Law Firms that are relying on their Business Owners Policy (BOP) or their Attorney Malpractice Policy to cover Cyber Exposures should pay attention to the Rhode Island Law Firm that was hit with Ransomware. According to the ABA Journal Article, the Law Firm of Moses Afonso Ryan Ltd was hit with a Ransomware attack that essentially locked its computers for 3 months before they could be restored. Sentinel Insurance (Subsidiary of The Hartford) wrote the firm’s BOP. Sentinel’s Policy had a $20,000 sub limit for losses caused by computer viruses under the computers and media endorsement. Sentinel paid $20,000 per the policy sublimit. The 10 person law firm states that they were out over $700k in billings for that time period and has sued Sentinel in attempt to recover their loss billings.
Sentinel denied coverage for business income stating that business income only applies to physical loss or damage to property at the premises per the BOP policy language.
Firms should take heed that a BOP is designed to cover physical and general liability insurance exposures. A BOP is not a substitute for attorney malpractice insurance or in this case cyber Insurance. The basic BOP combines insurance coverages for:
- Property Insurance (Building and Business Personal Property)
- Crime Insurance-Likely limited to a sub limit
- Liability Insurance (not the malpractice insurance)
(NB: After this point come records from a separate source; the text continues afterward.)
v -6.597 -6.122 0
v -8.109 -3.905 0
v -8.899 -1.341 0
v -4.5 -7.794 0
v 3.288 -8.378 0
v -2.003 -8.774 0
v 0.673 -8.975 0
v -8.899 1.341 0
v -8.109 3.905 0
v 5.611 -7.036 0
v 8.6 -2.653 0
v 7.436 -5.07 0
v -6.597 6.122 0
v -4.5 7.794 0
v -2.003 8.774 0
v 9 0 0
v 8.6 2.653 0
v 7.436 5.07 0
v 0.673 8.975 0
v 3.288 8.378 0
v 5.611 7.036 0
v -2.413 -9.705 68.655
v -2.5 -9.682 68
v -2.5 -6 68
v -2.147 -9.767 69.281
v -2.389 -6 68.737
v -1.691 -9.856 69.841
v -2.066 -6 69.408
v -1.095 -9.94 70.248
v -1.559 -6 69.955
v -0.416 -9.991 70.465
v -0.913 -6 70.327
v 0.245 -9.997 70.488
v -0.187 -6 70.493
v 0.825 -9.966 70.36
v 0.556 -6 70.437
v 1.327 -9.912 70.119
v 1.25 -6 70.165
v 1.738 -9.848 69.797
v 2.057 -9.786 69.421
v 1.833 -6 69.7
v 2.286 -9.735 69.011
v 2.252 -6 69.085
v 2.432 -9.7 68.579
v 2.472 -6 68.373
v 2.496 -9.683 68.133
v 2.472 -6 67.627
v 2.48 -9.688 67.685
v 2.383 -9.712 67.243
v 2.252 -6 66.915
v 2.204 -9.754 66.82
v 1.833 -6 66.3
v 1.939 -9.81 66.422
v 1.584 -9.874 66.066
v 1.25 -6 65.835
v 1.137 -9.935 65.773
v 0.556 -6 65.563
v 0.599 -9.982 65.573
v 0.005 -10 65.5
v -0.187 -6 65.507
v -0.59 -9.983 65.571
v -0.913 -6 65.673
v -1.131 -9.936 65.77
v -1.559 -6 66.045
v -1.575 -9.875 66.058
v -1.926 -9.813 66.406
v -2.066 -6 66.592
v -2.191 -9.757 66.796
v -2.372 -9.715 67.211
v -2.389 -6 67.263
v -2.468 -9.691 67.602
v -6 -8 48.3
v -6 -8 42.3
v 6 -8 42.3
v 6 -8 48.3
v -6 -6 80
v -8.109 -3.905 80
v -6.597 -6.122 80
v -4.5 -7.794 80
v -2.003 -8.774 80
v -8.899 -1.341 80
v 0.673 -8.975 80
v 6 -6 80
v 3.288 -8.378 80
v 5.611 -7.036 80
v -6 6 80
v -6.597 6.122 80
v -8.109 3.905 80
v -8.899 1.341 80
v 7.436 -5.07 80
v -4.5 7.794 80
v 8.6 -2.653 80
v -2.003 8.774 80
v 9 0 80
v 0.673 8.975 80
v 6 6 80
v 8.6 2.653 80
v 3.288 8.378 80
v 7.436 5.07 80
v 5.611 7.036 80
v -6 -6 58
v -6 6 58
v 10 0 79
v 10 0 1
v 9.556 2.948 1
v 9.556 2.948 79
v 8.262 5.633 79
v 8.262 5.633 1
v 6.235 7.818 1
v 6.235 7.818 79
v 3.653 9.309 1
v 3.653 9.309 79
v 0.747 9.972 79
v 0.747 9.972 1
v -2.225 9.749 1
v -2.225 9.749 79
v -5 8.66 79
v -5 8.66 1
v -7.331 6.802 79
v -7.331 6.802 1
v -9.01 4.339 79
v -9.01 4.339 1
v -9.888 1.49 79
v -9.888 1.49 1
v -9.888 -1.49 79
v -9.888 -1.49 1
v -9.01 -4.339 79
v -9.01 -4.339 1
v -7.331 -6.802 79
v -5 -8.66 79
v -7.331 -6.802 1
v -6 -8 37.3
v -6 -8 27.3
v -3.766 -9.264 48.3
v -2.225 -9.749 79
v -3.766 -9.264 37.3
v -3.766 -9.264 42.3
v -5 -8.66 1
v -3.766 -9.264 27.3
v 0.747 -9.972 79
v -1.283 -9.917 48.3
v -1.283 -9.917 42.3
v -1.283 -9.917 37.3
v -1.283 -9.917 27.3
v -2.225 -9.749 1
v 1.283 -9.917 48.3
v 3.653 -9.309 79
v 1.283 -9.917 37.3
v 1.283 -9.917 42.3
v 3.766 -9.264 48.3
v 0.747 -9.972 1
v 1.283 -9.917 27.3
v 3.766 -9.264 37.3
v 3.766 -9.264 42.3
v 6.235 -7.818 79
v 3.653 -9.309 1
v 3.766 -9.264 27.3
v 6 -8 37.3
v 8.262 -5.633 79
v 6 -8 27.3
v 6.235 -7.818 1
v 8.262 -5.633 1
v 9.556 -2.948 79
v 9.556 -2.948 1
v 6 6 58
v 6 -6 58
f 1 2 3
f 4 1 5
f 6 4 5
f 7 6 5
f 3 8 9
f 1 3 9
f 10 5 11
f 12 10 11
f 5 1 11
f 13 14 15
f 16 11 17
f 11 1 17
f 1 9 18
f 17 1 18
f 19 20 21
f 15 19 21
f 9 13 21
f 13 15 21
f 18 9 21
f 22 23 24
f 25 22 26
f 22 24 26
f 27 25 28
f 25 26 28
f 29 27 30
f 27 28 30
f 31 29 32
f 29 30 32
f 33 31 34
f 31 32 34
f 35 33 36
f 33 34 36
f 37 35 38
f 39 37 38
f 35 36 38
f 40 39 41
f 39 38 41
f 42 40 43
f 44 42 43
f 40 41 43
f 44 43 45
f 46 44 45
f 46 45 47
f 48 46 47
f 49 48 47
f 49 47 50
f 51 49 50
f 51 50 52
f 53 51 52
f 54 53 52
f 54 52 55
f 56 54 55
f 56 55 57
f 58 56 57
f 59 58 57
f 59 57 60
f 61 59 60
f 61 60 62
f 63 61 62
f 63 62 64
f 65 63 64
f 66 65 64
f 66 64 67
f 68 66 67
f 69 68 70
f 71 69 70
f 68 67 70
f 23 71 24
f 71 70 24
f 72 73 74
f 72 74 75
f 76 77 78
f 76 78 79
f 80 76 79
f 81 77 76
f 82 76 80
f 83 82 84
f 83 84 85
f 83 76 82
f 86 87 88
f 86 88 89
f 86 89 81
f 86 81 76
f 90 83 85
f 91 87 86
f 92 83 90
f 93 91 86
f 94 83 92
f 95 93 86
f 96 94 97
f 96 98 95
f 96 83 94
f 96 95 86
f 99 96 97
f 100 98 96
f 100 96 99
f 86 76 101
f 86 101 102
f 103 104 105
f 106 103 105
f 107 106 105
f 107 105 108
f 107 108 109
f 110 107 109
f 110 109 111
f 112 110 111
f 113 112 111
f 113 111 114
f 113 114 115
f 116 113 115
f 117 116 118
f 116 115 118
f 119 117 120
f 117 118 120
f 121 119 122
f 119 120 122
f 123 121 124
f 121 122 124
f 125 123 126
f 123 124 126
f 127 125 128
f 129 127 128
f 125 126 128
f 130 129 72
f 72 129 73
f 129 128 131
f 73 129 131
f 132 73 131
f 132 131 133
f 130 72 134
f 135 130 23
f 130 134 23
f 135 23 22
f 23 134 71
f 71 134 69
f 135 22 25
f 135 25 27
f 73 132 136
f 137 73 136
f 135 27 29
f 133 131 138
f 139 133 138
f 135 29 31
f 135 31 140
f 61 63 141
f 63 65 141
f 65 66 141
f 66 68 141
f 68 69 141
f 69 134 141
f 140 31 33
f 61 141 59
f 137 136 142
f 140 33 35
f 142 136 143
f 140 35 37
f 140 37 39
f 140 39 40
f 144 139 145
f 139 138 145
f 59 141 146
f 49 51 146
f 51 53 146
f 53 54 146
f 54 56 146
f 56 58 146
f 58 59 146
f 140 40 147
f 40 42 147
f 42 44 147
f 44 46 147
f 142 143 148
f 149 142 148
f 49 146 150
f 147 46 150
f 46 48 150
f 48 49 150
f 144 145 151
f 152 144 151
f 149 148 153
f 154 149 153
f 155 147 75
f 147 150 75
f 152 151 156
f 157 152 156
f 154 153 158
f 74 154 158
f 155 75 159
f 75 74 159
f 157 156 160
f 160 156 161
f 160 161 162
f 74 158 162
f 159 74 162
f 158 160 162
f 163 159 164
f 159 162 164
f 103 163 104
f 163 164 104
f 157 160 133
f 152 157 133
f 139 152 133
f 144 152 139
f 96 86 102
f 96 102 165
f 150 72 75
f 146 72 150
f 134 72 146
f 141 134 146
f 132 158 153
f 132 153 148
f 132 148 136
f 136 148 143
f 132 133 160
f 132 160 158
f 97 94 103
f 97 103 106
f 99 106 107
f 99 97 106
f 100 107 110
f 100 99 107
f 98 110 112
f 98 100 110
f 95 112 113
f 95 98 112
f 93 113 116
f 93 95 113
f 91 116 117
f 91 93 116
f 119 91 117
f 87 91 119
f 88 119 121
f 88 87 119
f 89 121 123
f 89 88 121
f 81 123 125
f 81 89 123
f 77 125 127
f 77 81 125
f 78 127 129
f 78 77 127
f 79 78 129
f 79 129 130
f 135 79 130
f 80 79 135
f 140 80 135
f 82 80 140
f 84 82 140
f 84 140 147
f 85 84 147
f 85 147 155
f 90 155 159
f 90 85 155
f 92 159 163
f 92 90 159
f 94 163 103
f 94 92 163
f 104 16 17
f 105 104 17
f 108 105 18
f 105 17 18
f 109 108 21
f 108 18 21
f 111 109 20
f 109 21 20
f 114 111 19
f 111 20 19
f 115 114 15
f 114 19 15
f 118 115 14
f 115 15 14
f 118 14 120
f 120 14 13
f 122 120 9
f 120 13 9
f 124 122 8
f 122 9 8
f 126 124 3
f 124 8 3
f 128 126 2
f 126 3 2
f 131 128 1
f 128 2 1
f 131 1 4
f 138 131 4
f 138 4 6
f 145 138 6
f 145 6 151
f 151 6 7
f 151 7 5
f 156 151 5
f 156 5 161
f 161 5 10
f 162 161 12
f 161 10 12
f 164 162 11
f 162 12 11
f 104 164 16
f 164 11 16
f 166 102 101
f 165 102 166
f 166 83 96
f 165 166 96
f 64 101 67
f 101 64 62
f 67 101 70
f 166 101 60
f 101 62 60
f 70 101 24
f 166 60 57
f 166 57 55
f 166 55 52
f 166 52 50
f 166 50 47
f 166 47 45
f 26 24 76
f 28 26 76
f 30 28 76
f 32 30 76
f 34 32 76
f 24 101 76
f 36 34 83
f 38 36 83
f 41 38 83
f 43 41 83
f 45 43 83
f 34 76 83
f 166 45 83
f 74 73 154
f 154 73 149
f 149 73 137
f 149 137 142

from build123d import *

# Parameters (mm, degrees)
F0_R     = 10
F1_DEPTH = 80
F2_W     = 12
F2_H     = 12
F3_DEPTH = 22
F6_D     = 5
F6_DEPTH = 12
F7_W     = 4
F7_H     = 6
F7_H_2   = 10
F8_DEPTH = 12.5
F9_SIZE  = 1


with BuildPart() as f1:
    # F0 (on Top) → F1 (new body)
    with BuildSketch(Plane.XY):
        Circle(F0_R)
    extrude(amount=F1_DEPTH)

    # F2 (on face) → F3 (cut)
    with BuildSketch(Plane.XY.offset(80)):
        Rectangle(F2_W, F2_H)
    extrude(amount=-F3_DEPTH, mode=Mode.SUBTRACT)

    # F6
    with Locations(Plane.XZ.offset(10)):
        with Locations((0, 68)):
            Hole(F6_D / 2, depth=F6_DEPTH)

    # F7 (on Right) → F8 (cut, symmetric)
    with BuildSketch(Plane.YZ):
        with Locations((-10, 45.3)):
            Rectangle(F7_W, F7_H)
        with Locations((-10, 32.3)):
            Rectangle(F7_W, F7_H_2)
    extrude(amount=F8_DEPTH, both=True, mode=Mode.SUBTRACT)

    # F9
    f9_edges = [f1.edges().sort_by_distance(p)[0] for p in [
        (-10, 0, 80),
        (-10, 0, 0),
    ]]
    chamfer(f9_edges, length=F9_SIZE)


solid = f1.part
- Business Interruption Insurance-For physical losses that occur on the premises
- Hired non owned auto
Cyber Insurance/Data Breach is a more appropriate coverage for this exposure. We have previously posted that a good Data Breach/Cyber Liability Insurance offers 1st party and 3rd party coverage. It needs to respond to the following exposures:
1st Party Claims
1. Incident Response Services
2. Ransom demands to unlock your system.
3. Notification requirements costs from federal & state laws & regulations to your clients that have suffered a data breach
4. System assistance in restoring your systems and data
5. Loss of income for the time that it takes to recover from a data breach
6. Harm to reputation & goodwill
7. Crisis Management and public relations costs
3rd Party Claims
1. Damages to clients that have suffered a data breach
2. Cost of defense to defend you from these claims
3. Regulatory Violations, fines and penalties that may be accessed against the firm
It remains to be seen whether Moses Afonso Ryan Ltd will prevail in their suit against Sentinel, but doesn’t it make sense to have the specific coverage that addresses the specific peril? Hoping to have the courts expand coverage interpretation after the fact can be an expensive lesson.